* DATA RECORDS *
-- Opening Marker --

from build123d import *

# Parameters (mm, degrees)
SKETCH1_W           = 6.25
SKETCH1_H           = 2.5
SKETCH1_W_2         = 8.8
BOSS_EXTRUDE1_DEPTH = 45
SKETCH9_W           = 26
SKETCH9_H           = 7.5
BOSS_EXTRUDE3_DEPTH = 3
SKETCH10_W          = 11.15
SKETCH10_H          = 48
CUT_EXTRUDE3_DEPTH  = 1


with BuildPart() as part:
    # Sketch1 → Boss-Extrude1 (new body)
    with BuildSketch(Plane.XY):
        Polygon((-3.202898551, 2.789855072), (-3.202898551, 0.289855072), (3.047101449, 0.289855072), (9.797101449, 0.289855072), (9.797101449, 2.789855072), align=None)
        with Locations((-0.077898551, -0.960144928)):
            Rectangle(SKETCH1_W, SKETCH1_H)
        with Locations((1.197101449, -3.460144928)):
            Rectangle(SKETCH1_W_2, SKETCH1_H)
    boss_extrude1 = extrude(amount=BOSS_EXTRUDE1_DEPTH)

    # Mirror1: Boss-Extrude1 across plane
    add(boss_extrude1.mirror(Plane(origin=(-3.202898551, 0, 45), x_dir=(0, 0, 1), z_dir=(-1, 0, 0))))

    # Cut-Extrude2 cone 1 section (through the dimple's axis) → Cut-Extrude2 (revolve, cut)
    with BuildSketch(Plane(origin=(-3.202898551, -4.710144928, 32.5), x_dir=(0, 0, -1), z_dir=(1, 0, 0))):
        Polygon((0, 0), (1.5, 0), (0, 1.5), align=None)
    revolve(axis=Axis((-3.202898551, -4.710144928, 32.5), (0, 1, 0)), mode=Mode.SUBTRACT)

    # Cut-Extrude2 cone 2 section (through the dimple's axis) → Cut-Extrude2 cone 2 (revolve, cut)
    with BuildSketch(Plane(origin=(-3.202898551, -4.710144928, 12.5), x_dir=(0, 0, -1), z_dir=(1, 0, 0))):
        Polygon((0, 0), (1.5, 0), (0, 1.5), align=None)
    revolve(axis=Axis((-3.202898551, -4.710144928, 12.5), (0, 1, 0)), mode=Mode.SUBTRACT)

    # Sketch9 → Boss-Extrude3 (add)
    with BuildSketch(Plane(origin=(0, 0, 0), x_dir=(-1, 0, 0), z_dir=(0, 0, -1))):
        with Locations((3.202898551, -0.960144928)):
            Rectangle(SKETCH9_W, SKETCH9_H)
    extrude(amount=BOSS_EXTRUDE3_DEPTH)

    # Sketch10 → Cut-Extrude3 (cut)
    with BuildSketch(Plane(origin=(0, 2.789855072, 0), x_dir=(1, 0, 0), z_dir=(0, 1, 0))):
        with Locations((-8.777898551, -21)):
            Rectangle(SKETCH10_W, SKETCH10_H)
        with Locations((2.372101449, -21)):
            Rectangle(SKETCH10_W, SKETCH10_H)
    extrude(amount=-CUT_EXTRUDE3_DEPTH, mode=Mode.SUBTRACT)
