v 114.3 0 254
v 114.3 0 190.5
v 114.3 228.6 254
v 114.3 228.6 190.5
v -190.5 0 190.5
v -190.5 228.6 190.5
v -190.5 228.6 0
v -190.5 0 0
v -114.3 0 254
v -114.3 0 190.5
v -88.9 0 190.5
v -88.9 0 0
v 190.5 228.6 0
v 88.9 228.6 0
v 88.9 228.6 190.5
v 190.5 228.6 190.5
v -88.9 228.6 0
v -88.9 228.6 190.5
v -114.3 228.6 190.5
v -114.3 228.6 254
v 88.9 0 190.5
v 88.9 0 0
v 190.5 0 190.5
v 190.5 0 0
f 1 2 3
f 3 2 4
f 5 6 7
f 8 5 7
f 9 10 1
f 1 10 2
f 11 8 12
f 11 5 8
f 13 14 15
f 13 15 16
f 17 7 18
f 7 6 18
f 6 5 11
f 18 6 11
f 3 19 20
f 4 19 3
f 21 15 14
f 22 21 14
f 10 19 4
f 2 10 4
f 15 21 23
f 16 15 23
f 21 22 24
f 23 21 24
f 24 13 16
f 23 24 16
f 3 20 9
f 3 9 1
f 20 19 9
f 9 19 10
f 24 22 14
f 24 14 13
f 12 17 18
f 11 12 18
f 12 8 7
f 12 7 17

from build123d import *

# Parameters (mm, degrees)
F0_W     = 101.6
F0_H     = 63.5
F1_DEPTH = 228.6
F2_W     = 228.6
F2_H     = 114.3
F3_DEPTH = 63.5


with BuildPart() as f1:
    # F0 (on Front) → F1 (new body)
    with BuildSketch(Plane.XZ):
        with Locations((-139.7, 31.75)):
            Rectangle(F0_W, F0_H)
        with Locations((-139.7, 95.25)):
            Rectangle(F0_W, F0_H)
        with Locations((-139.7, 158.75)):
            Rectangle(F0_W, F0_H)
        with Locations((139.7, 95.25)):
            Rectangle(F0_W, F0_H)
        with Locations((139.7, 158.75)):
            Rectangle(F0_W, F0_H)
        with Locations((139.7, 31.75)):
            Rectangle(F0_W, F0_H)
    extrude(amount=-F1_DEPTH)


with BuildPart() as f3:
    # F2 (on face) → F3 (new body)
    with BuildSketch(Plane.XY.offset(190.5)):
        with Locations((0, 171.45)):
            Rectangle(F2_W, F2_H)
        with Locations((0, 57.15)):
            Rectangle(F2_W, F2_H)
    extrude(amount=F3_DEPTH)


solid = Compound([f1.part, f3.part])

-- Closing Marker --
-- Opening Marker --

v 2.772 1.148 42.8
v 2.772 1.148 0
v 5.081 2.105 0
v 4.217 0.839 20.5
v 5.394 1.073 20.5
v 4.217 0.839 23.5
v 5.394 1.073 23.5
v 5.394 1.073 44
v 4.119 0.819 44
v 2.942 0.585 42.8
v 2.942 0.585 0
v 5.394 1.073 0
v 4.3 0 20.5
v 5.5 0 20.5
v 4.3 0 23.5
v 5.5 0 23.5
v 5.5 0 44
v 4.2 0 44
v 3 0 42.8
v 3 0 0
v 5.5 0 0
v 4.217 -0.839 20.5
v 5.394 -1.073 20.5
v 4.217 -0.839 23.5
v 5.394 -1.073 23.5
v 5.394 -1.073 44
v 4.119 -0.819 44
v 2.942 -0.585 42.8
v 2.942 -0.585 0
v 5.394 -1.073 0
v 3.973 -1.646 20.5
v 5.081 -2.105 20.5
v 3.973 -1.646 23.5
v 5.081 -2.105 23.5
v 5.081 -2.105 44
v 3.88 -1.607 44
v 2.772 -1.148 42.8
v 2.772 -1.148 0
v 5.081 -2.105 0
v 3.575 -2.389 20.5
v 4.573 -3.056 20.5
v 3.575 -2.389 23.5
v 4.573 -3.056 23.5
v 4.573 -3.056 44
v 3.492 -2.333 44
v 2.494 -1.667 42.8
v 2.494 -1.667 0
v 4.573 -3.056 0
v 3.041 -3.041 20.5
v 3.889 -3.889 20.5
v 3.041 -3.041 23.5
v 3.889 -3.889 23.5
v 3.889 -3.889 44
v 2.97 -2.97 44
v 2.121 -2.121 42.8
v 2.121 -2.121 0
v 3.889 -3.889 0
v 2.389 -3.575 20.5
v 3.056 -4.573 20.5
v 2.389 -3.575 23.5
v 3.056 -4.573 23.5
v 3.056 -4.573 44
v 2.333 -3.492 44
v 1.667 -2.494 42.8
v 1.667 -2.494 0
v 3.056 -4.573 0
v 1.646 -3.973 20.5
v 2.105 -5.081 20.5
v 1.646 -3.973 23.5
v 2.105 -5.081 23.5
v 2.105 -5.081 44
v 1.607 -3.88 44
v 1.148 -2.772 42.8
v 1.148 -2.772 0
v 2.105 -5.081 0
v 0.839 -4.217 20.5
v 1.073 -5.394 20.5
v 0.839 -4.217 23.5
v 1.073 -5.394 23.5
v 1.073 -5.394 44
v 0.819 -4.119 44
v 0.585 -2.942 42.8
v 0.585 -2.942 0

-- Closing Marker --

* WORK TO BE COMPLETED *
Of the lines above, extract only those from the line with "v 1.148 -2.772 42.8" to the line with "v 0.585 -2.942 0", both included, exactly as written.

* SOLVED EXERCISE *
v 1.148 -2.772 42.8
v 1.148 -2.772 0
v 2.105 -5.081 0
v 0.839 -4.217 20.5
v 1.073 -5.394 20.5
v 0.839 -4.217 23.5
v 1.073 -5.394 23.5
v 1.073 -5.394 44
v 0.819 -4.119 44
v 0.585 -2.942 42.8
v 0.585 -2.942 0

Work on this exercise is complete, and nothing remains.